## TASK PROMPT
Give back, word for word, the line that contains "f 175 180 176" and all lines after it in the material, through the last; please include only these.

## DATA SHOWN
/---

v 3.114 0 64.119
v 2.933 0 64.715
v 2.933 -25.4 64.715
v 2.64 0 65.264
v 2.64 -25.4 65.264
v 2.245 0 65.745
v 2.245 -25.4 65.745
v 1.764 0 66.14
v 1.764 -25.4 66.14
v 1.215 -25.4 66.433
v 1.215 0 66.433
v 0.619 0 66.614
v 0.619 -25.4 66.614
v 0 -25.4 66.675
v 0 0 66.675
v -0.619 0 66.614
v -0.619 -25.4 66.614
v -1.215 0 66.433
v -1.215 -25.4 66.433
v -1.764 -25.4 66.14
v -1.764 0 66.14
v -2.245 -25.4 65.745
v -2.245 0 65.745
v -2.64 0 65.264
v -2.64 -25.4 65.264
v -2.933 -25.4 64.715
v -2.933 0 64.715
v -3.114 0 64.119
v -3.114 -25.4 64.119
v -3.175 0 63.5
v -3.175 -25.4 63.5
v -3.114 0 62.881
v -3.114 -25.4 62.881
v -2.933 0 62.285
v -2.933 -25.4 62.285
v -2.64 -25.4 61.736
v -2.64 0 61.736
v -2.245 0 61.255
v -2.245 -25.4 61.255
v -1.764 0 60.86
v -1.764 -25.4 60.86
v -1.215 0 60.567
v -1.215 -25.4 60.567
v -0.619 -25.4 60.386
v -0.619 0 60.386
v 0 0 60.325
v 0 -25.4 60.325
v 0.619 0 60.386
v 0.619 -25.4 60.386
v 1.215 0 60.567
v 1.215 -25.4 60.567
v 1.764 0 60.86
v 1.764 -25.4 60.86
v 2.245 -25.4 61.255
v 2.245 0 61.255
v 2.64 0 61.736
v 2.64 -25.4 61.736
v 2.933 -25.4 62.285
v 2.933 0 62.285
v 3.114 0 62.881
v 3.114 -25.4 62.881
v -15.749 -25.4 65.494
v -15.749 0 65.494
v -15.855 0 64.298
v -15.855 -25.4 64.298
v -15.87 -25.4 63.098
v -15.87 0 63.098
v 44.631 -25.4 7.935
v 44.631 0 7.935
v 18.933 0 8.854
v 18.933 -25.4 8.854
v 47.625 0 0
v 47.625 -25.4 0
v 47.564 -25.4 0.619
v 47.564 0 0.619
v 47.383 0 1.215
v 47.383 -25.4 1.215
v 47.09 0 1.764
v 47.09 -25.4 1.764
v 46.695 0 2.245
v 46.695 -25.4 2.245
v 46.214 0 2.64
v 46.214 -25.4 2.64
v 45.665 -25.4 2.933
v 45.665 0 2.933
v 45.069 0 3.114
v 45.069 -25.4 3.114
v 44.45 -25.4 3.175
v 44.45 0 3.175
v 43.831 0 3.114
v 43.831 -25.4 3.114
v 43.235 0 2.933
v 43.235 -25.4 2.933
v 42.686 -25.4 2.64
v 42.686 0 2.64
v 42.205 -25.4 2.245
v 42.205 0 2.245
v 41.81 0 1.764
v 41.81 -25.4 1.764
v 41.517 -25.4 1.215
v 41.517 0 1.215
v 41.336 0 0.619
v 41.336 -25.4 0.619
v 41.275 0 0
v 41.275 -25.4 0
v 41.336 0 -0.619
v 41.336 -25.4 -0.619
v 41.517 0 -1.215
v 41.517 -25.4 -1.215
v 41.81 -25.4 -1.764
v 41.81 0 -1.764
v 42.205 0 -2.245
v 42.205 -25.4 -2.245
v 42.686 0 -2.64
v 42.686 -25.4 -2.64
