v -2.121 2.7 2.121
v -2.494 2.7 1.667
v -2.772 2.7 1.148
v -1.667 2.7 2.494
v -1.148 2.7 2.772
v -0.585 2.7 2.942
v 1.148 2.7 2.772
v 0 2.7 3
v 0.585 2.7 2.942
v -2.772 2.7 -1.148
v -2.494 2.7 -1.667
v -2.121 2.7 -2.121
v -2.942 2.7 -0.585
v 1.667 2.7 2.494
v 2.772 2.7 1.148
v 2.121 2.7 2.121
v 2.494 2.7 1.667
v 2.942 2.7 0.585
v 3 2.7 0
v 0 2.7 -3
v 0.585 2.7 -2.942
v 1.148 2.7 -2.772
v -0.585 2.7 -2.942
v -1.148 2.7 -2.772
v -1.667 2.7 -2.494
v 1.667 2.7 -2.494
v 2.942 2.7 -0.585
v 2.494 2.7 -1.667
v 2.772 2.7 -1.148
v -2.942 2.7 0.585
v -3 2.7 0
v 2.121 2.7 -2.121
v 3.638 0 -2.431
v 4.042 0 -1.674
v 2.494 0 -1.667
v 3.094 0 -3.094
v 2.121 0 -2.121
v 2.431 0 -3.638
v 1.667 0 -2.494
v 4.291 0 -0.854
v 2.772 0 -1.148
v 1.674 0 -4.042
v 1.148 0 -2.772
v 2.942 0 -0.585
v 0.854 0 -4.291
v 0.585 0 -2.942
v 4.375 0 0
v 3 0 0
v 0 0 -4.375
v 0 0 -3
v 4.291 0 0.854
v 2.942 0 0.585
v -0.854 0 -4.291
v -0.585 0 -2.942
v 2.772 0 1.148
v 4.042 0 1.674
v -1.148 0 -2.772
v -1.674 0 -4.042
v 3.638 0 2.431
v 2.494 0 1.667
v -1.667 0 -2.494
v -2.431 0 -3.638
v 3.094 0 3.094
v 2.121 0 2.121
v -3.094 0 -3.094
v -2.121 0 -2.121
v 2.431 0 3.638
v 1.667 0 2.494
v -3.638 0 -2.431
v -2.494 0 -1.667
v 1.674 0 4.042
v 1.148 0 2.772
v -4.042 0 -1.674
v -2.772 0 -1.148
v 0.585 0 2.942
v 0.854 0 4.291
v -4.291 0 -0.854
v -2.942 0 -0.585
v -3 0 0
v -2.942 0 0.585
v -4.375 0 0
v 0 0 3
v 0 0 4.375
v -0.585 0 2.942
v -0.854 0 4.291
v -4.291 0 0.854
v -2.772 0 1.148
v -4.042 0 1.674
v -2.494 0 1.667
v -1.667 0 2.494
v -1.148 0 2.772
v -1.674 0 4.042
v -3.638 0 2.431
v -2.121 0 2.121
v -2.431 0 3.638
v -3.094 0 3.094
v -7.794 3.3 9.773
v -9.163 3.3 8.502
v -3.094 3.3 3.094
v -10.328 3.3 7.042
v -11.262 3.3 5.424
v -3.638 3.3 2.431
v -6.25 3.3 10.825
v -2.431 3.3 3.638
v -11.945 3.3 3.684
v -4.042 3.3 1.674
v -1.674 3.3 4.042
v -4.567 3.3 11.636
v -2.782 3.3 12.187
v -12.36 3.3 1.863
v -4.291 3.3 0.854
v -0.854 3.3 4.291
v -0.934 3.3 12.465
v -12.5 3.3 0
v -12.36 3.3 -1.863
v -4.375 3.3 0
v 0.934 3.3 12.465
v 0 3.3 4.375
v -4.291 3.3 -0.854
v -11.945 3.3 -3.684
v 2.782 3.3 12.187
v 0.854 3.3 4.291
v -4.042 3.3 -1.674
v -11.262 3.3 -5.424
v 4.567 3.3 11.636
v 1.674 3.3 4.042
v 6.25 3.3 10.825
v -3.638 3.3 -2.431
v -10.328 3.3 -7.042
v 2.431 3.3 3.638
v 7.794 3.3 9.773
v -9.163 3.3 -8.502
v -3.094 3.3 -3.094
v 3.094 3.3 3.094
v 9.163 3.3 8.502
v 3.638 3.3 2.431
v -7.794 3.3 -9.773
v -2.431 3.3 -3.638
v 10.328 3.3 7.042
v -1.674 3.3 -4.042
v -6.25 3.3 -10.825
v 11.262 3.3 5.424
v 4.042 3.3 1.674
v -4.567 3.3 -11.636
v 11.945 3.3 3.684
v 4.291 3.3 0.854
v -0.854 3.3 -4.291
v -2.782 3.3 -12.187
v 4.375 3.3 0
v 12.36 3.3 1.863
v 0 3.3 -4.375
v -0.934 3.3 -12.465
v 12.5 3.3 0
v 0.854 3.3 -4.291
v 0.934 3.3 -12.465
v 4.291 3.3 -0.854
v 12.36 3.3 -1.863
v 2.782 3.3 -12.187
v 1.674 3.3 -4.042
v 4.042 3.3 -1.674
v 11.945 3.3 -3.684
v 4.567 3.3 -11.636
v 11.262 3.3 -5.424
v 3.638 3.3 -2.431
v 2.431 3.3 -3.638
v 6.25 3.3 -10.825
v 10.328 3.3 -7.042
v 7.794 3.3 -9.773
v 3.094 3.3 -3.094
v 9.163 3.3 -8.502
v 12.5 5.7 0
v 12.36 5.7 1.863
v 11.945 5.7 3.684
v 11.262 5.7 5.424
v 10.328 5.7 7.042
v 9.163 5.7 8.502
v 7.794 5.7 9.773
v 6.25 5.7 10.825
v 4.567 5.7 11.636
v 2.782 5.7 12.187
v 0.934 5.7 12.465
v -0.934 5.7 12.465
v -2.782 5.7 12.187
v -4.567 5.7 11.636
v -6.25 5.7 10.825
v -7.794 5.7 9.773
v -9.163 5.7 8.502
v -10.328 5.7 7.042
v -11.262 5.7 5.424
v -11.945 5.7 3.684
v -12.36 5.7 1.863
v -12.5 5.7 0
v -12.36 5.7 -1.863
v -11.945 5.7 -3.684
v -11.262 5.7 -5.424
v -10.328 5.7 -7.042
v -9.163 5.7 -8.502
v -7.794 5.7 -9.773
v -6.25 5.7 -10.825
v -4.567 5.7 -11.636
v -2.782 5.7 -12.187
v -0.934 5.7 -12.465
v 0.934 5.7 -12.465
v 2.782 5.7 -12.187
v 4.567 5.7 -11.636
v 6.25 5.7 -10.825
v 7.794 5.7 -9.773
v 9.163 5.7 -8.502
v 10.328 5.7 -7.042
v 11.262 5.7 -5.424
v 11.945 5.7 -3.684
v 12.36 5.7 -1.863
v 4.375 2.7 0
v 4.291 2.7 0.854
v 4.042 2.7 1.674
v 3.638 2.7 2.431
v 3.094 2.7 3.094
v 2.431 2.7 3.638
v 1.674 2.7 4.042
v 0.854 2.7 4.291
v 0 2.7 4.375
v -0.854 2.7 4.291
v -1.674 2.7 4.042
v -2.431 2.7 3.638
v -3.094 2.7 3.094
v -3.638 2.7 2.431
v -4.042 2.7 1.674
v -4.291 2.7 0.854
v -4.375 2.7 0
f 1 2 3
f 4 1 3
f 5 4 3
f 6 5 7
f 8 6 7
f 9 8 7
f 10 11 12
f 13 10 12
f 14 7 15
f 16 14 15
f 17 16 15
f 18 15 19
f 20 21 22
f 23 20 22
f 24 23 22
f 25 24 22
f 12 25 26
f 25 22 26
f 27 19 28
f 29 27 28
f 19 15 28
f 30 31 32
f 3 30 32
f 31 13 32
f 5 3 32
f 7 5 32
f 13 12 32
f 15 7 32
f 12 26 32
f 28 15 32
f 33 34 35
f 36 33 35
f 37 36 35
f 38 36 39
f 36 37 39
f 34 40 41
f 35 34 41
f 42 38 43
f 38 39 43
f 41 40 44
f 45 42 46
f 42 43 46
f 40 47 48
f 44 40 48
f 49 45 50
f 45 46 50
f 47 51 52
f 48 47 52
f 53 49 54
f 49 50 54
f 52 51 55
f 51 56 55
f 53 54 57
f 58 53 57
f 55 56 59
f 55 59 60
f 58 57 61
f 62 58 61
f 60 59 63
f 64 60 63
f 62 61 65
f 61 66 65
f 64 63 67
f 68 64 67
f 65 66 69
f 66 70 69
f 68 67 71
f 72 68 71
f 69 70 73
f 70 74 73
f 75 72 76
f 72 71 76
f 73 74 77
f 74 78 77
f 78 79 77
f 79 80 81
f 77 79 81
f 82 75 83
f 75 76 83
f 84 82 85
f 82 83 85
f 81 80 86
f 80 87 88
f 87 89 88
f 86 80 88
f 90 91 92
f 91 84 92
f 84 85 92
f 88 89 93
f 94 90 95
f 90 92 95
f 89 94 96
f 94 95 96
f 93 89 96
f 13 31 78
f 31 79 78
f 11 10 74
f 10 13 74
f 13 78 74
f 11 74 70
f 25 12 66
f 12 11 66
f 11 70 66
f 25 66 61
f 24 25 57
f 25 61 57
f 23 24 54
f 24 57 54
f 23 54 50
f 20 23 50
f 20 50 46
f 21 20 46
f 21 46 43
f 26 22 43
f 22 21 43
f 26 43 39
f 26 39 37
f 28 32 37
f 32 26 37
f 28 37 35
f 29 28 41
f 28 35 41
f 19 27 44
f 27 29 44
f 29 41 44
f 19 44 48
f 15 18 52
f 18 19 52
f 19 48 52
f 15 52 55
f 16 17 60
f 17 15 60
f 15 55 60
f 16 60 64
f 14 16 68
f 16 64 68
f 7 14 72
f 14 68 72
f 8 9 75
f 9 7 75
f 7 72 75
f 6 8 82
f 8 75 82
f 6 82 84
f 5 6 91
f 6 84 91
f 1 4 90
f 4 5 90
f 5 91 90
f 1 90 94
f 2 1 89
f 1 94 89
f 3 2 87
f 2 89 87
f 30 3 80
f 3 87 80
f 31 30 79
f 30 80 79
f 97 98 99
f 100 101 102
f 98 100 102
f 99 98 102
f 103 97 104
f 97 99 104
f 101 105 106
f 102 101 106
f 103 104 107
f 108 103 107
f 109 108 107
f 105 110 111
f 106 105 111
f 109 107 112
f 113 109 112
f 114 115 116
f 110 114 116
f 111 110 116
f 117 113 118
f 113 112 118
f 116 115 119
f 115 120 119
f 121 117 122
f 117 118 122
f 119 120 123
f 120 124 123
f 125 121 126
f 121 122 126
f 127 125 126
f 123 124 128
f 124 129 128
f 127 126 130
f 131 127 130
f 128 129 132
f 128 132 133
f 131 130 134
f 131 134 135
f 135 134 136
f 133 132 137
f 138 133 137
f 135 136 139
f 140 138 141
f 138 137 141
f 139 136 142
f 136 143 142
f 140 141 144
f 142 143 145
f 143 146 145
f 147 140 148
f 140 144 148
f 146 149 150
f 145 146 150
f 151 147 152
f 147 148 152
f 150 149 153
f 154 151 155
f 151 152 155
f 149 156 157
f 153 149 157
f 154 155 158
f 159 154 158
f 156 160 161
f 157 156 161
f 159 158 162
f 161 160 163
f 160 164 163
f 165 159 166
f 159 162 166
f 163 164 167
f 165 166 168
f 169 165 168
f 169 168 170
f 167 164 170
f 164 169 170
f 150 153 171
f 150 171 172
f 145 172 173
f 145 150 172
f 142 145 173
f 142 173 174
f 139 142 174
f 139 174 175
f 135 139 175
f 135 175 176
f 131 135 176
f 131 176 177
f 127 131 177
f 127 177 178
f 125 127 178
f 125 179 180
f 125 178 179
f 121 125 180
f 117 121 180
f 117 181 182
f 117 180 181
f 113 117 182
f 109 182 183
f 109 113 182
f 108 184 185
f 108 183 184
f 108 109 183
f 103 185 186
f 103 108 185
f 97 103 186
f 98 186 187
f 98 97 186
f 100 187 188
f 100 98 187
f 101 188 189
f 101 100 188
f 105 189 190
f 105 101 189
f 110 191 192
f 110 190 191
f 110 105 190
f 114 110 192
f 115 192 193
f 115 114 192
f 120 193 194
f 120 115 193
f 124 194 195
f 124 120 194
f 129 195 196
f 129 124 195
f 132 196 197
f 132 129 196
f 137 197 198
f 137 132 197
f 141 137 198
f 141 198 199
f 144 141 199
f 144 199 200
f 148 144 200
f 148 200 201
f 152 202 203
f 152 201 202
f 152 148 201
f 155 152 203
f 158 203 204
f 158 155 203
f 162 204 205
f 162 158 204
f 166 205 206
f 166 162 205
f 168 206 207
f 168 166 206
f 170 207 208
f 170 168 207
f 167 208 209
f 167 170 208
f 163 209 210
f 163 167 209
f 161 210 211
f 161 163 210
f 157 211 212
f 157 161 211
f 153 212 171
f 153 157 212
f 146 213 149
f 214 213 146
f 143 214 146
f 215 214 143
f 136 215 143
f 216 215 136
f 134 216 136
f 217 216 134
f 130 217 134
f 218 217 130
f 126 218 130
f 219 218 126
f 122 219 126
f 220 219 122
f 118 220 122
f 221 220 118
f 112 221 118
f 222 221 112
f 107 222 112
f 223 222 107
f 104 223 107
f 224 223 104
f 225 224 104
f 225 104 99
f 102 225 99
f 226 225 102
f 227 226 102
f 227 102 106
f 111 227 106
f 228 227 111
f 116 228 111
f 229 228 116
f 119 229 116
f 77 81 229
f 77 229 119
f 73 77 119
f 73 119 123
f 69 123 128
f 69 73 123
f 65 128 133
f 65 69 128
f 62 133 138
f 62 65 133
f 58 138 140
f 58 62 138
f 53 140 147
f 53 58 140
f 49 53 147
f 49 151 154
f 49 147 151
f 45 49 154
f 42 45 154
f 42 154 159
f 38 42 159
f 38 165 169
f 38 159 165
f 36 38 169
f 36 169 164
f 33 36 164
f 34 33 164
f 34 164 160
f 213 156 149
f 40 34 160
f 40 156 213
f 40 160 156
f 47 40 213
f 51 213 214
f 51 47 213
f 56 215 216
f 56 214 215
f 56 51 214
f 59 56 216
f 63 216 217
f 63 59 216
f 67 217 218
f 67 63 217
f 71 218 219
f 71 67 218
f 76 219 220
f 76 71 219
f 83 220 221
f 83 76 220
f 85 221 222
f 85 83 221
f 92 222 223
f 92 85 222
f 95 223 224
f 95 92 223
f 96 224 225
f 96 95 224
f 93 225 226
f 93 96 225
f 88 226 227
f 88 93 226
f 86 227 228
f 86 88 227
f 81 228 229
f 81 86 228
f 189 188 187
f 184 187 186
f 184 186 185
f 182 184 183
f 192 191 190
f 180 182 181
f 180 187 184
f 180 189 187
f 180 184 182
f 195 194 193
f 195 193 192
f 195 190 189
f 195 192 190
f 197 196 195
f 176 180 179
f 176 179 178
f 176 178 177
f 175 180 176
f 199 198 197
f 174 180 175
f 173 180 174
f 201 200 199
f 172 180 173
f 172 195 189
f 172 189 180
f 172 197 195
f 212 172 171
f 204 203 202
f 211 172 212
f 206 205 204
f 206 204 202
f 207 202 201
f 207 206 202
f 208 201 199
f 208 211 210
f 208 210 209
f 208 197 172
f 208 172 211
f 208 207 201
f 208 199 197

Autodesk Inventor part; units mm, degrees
ref_plane "YZ Plane" through (0, 0, 0) normal (1, 0, 0) x (0, 1, 0)
ref_plane "XZ Plane" through (0, 0, 0) normal (0, 1, 0) x (-1, 0, 0)
ref_plane "XY Plane" through (0, 0, 0) normal (0, 0, 1) x (1, 0, 0)
sketch "Sketch1" plane through (0, 0, 0) normal (0, 1, 0) x (-1, 0, 0)
  circle A0 centre (0, 0) radius 3
  circle A1 centre (0, 0) radius 4.375
  dimension "d0" = 6
  dimension "d1" = 8.75
extrude "Extrusion1" add sketch "Sketch1" along normal blind 2.7
sketch "Sketch2" plane through (0, 2.7, 0) normal (0, 1, 0) x (1, 0, 0)
  circle A0 centre (0, 0) radius 3 projected
  circle A1 centre (0, 0) radius 4.375
extrude "Extrusion2" add sketch "Sketch2" along normal blind 0.6 contours A0 | A1
sketch "Sketch3" plane through (0, 3.3, 0) normal (0, 1, 0) x (1, 0, 0)
  circle A0 centre (0, 0) radius 12.5
  dimension "d9" = 25
extrude "Extrusion3" add sketch "Sketch3" along normal blind 2.4
properties part number "Estella Servo1"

\---

## ANSWER
f 175 180 176
f 199 198 197
f 174 180 175
f 173 180 174
f 201 200 199
f 172 180 173
f 172 195 189
f 172 189 180
f 172 197 195
f 212 172 171
f 204 203 202
f 211 172 212
f 206 205 204
f 206 204 202
f 207 202 201
f 207 206 202
f 208 201 199
f 208 211 210
f 208 210 209
f 208 197 172
f 208 172 211
f 208 207 201
f 208 199 197

Autodesk Inventor part; units mm, degrees
ref_plane "YZ Plane" through (0, 0, 0) normal (1, 0, 0) x (0, 1, 0)
ref_plane "XZ Plane" through (0, 0, 0) normal (0, 1, 0) x (-1, 0, 0)
ref_plane "XY Plane" through (0, 0, 0) normal (0, 0, 1) x (1, 0, 0)
sketch "Sketch1" plane through (0, 0, 0) normal (0, 1, 0) x (-1, 0, 0)
  circle A0 centre (0, 0) radius 3
  circle A1 centre (0, 0) radius 4.375
  dimension "d0" = 6
  dimension "d1" = 8.75
extrude "Extrusion1" add sketch "Sketch1" along normal blind 2.7
sketch "Sketch2" plane through (0, 2.7, 0) normal (0, 1, 0) x (1, 0, 0)
  circle A0 centre (0, 0) radius 3 projected
  circle A1 centre (0, 0) radius 4.375
extrude "Extrusion2" add sketch "Sketch2" along normal blind 0.6 contours A0 | A1
sketch "Sketch3" plane through (0, 3.3, 0) normal (0, 1, 0) x (1, 0, 0)
  circle A0 centre (0, 0) radius 12.5
  dimension "d9" = 25
extrude "Extrusion3" add sketch "Sketch3" along normal blind 2.4
properties part number "Estella Servo1"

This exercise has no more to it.